La Chine a dernièrement pris un nouveau tournant nationaliste, encore un peu plus, et le pouvoir est devenu davantage conservateur. Les rares mouvements féministes et LGBT sont réprimés et une campagne dans les médias locaux a même été lancée pour remettre dans le «droit chemin» les jeunes hommes qui ont l’outrecuidance d’être efféminés, suivant l’exemple de nombreuses stars asiatiques de leur époque. Et puis il y a les Ouïghours, et puis… et puis…
L’Empire du Milieu est un carrefour des ambitions des différentes ligues sportives, qui espèrent toutes s’y imposer et y faire flamber leur compte en banque. La Premier League, la NBA, même la Ligue 1 lorgne les milliards de Yuans… La WTA, elle, a décidé de ne plus se taire, même si une dizaine de ses tournois s’y déroulent, dont le Masters. Mais l’affaire Peng Shuai risque de ne rien changer, malgré le barbarisme de la situation.

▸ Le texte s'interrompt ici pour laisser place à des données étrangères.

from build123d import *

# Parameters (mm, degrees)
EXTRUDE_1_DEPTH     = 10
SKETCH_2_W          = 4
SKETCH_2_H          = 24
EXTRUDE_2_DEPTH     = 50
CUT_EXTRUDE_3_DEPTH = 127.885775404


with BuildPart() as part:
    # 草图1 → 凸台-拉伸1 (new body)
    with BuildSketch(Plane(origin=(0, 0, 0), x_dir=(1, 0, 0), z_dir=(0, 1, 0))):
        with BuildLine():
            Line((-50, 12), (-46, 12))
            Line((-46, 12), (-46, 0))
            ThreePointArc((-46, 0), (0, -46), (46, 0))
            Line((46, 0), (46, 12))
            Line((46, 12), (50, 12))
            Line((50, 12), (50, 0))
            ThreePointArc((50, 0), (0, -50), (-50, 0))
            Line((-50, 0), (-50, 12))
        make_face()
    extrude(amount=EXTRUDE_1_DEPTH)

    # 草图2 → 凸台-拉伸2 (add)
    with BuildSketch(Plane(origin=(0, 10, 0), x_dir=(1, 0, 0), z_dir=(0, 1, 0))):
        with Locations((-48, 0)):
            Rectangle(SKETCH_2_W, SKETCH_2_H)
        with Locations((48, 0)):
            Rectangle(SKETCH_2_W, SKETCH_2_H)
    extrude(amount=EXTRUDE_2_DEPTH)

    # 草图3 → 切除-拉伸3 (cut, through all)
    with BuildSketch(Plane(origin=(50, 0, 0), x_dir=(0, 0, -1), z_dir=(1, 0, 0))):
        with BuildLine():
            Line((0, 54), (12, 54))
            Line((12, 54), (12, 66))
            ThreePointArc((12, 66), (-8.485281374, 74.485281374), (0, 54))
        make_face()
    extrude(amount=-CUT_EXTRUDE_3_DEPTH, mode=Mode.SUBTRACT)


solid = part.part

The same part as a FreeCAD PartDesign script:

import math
import FreeCAD as App
import Part
import Sketcher
from FreeCAD import Vector

doc = App.newDocument("Part")
params = doc.addObject("Spreadsheet::Sheet", "Params")
for row, (alias, value) in enumerate([
    ("sketch1_radius", "50 mm"),
    ("sketch1_radius2", "46 mm"),
    ("sketch1_height", "12 mm"),
    ("pad1_length", "10 mm"),
    ("sketch2_width", "4 mm"),
    ("sketch2_height", "24 mm"),
    ("pad2_length", "50 mm"),
    ("sketch3_radius", "12 mm"),
], start=1):
    params.set(f"A{row}", alias)
    params.set(f"B{row}", "=" + value)
    params.setAlias(f"B{row}", alias)

body = doc.addObject("PartDesign::Body", "Body")

sketch1 = body.newObject("Sketcher::SketchObject", "Sketch")
sketch1.AttachmentSupport = (doc.getObject("XZ_Plane"), [""])
sketch1.MapMode = "FlatFace"
sketch1.addGeometry([
    Part.LineSegment(Vector(-46, -12, 0), Vector(-50, -12, 0)),
    Part.LineSegment(Vector(-50, -12, 0), Vector(-50, 0, 0)),
    Part.ArcOfCircle(Part.Circle(Vector(0, 0, 0), Vector(0, 0, 1), 50), math.radians(0), math.radians(180)),
    Part.LineSegment(Vector(50, 0, 0), Vector(50, -12, 0)),
    Part.LineSegment(Vector(50, -12, 0), Vector(46, -12, 0)),
    Part.LineSegment(Vector(46, -12, 0), Vector(46, 0, 0)),
    Part.ArcOfCircle(Part.Circle(Vector(0, 0, 0), Vector(0, 0, 1), 46), math.radians(0), math.radians(180)),
    Part.LineSegment(Vector(-46, 0, 0), Vector(-46, -12, 0)),
], False)
sketch1.addConstraint([
    Sketcher.Constraint("Coincident", 0, 2, 1, 1),
    Sketcher.Constraint("Tangent", 1, 2, 2, 2),
    Sketcher.Constraint("Tangent", 2, 1, 3, 1),
    Sketcher.Constraint("Coincident", 3, 2, 4, 1),
    Sketcher.Constraint("Coincident", 4, 2, 5, 1),
    Sketcher.Constraint("Tangent", 5, 2, 6, 1),
    Sketcher.Constraint("Tangent", 6, 2, 7, 1),
    Sketcher.Constraint("Coincident", 7, 2, 0, 1),
    Sketcher.Constraint("Horizontal", 0),
    Sketcher.Constraint("Vertical", 1),
    Sketcher.Constraint("Vertical", 3),
    Sketcher.Constraint("Horizontal", 4),
    Sketcher.Constraint("Vertical", 5),
    Sketcher.Constraint("Vertical", 7),
    Sketcher.Constraint("Coincident", 2, 3, -1, 1),
    Sketcher.Constraint("Coincident", 6, 3, -1, 1),
    Sketcher.Constraint("Horizontal", 0, 2, 3, 2),
    Sketcher.Constraint("Radius", 2, 50.0),
    Sketcher.Constraint("Radius", 6, 46.0),
    Sketcher.Constraint("DistanceY", 1, 1, 1, 2, 12.0),
])
sketch1.setExpression("Constraints[17]", "Params.sketch1_radius")
sketch1.setExpression("Constraints[18]", "Params.sketch1_radius2")
sketch1.setExpression("Constraints[19]", "Params.sketch1_height")
pad1 = body.newObject("PartDesign::Pad", "Pad")
pad1.Profile = sketch1
pad1.setExpression("Length", "Params.pad1_length")
pad1.Reversed = True

sketch2 = body.newObject("Sketcher::SketchObject", "Sketch001")
sketch2.AttachmentSupport = (doc.getObject("XZ_Plane"), [""])
sketch2.MapMode = "FlatFace"
sketch2.AttachmentOffset = App.Placement(Vector(0, 0, -10), App.Rotation())
sketch2.addGeometry([
    Part.LineSegment(Vector(-50, -12, 0), Vector(-50, 12, 0)),
    Part.LineSegment(Vector(-50, 12, 0), Vector(-46, 12, 0)),
    Part.LineSegment(Vector(-46, 12, 0), Vector(-46, -12, 0)),
    Part.LineSegment(Vector(-46, -12, 0), Vector(-50, -12, 0)),
    Part.LineSegment(Vector(46, -12, 0), Vector(46, 12, 0)),
    Part.LineSegment(Vector(46, 12, 0), Vector(50, 12, 0)),
    Part.LineSegment(Vector(50, 12, 0), Vector(50, -12, 0)),
    Part.LineSegment(Vector(50, -12, 0), Vector(46, -12, 0)),
], False)
sketch2.addConstraint([
    Sketcher.Constraint("Coincident", 0, 2, 1, 1),
    Sketcher.Constraint("Coincident", 1, 2, 2, 1),
    Sketcher.Constraint("Coincident", 2, 2, 3, 1),
    Sketcher.Constraint("Coincident", 3, 2, 0, 1),
    Sketcher.Constraint("Coincident", 4, 2, 5, 1),
    Sketcher.Constraint("Coincident", 5, 2, 6, 1),
    Sketcher.Constraint("Coincident", 6, 2, 7, 1),
    Sketcher.Constraint("Coincident", 7, 2, 4, 1),
    Sketcher.Constraint("Vertical", 0),
    Sketcher.Constraint("Horizontal", 1),
    Sketcher.Constraint("Vertical", 2),
    Sketcher.Constraint("Horizontal", 3),
    Sketcher.Constraint("Vertical", 4),
    Sketcher.Constraint("Horizontal", 5),
    Sketcher.Constraint("Vertical", 6),
    Sketcher.Constraint("Horizontal", 7),
    Sketcher.Constraint("Symmetric", 2, 2, 4, 2, -1, 1),
    Sketcher.Constraint("Symmetric", 0, 2, 6, 2, -1, 1),
    Sketcher.Constraint("Horizontal", 1, 2, 4, 2),
    Sketcher.Constraint("DistanceX", 1, 1, 1, 2, 4.0),
    Sketcher.Constraint("DistanceY", 0, 1, 0, 2, 24.0),
    Sketcher.Constraint("DistanceX", 0, 2, -1, 1, 50.0),
])
sketch2.setExpression("Constraints[19]", "Params.sketch2_width")
sketch2.setExpression("Constraints[20]", "Params.sketch2_height")
pad2 = body.newObject("PartDesign::Pad", "Pad001")
pad2.Profile = sketch2
pad2.setExpression("Length", "Params.pad2_length")
pad2.Reversed = True

sketch3 = body.newObject("Sketcher::SketchObject", "Sketch002")
sketch3.AttachmentSupport = (doc.getObject("YZ_Plane"), [""])
sketch3.MapMode = "FlatFace"
sketch3.AttachmentOffset = App.Placement(Vector(0, 0, 50), App.Rotation())
sketch3.addGeometry([
    Part.LineSegment(Vector(54, 0, 0), Vector(54, -12, 0)),
    Part.LineSegment(Vector(54, -12, 0), Vector(66, -12, 0)),
    Part.ArcOfCircle(Part.Circle(Vector(66, 0, 0), Vector(0, 0, 1), 12), math.radians(-90), math.radians(180)),
], False)
sketch3.addConstraint([
    Sketcher.Constraint("Coincident", 0, 2, 1, 1),
    Sketcher.Constraint("Tangent", 1, 2, 2, 1),
    Sketcher.Constraint("Tangent", 2, 2, 0, 1),
    Sketcher.Constraint("Vertical", 0),
    Sketcher.Constraint("Horizontal", 1),
    Sketcher.Constraint("PointOnObject", 2, 3, -1),
    Sketcher.Constraint("Radius", 2, 12.0),
    Sketcher.Constraint("DistanceX", -1, 1, 2, 3, 66.0),
])
sketch3.setExpression("Constraints[6]", "Params.sketch3_radius")
pocket1 = body.newObject("PartDesign::Pocket", "Pocket")
pocket1.Profile = sketch3
pocket1.Type = "ThroughAll"

doc.recompute()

Notez qu’on ne peut toujours pas faire pire que le CIO dans le domaine, hein… Et plutôt deux fois qu’une puisque Pékin a déjà accueilli les Jeux olympiques, d’été cette fois en 2008, pour la bagatelle de plus de 40 milliards de francs tout compris. Pour l’hiver qui vient, le budget devait être d’environ trois milliards. La facture va finalement se monter à près de vingt. Comment dire non?
Non seulement le Comité international olympique a attendu de très longs jours pour réagir à la disparition de Peng Shuai. Mais en plus, quand il l’a fait, il a semblé tomber pile dans le jeu de la propagande chinoise. Juste histoire d’essayer de sauver les apparences à moins de cent jours du début des JO d’hiver dans une ville qui a fermé ses cours d’école au début du mois en raison d’une trop forte pollution atmosphérique. Enfin, s’il n’y avait que ça…
Et si on décidait de ne pas aller en Chine, pourquoi irait-on au Qatar alors? Car là-bas, les problèmes ne sont pas les mêmes, mais tout aussi nécessaires à mettre en avant. Il y a les quelque 6500 morts sur les chantiers et ce n’est pas gravissime et/ou honteux, c’est gravissime fois honteux. Mais il y a aussi les droits des femmes. Enfin, «droits», il faut l’écrire vite. Les autochtones aussi, dont les droits humains de base sont bafoués sans qu’on l’écrive assez.
Ensuite, on fixe où la ligne rouge, jaune ou de je ne sais plus quelle couleur? Devions-nous aller à Sotchi, où les expropriés pour mettre un tremplin ou un anneau de glace ont été nombreux? Fallait-il aller au Brésil, où les milliards des stades et des installations olympiques auraient pu servir à nourrir ou alphabétiser les gens? Et puis Emmanuel Macron et Alain Berset aussi ne sont-ils pas d’affreux dictateurs selon certains? Et l’«impérialisme américain» en 2028? On n’y va pas non plus?
Aller sur place, est-ce pour autant cautionner? Je pense sincèrement que non. Ça permet aussi de mettre en lumière la situation des peuples, sans passer par les filtres des propagandes. Enfin, pour autant qu’on ait le droit de se rencontrer malgré les sempiternelles bulles Covid. Mais j’ai tout de même des souvenirs qui resteront gravés à vie de contacts avec des Russes ou des Azéris, heureux de permettre au monde de les visiter et qui prouvent finalement qu’ils sont exactement comme nous, à fond. Leur amener les fans de la planète entière sur un plateau doré de football ou d’olympisme, permet aussi de découvrir l’«étranger» tellement diabolisé dans les médias locaux et de casser les clichés.
Alors pour moi, y aller est sans doute encore plus important aujourd’hui qu’hier. On n’aura sans doute pas accès à grand-chose en Chine. Peut-être même pas à… Twitter. Mais si on peut éclairer ne serait-ce qu’un peu la Suisse romande sur ces pays si différents mais avec des humains tellement comme nous, eh bien ce sera toujours ça de gagné. Si la présence en masse de sportifs et de toute la caravane qui les suivent peut entrouvrir une porte vers la liberté ne serait-ce que d’un demi-millimètre, eh bien j’aurai été utile. Oui, j’crois encore.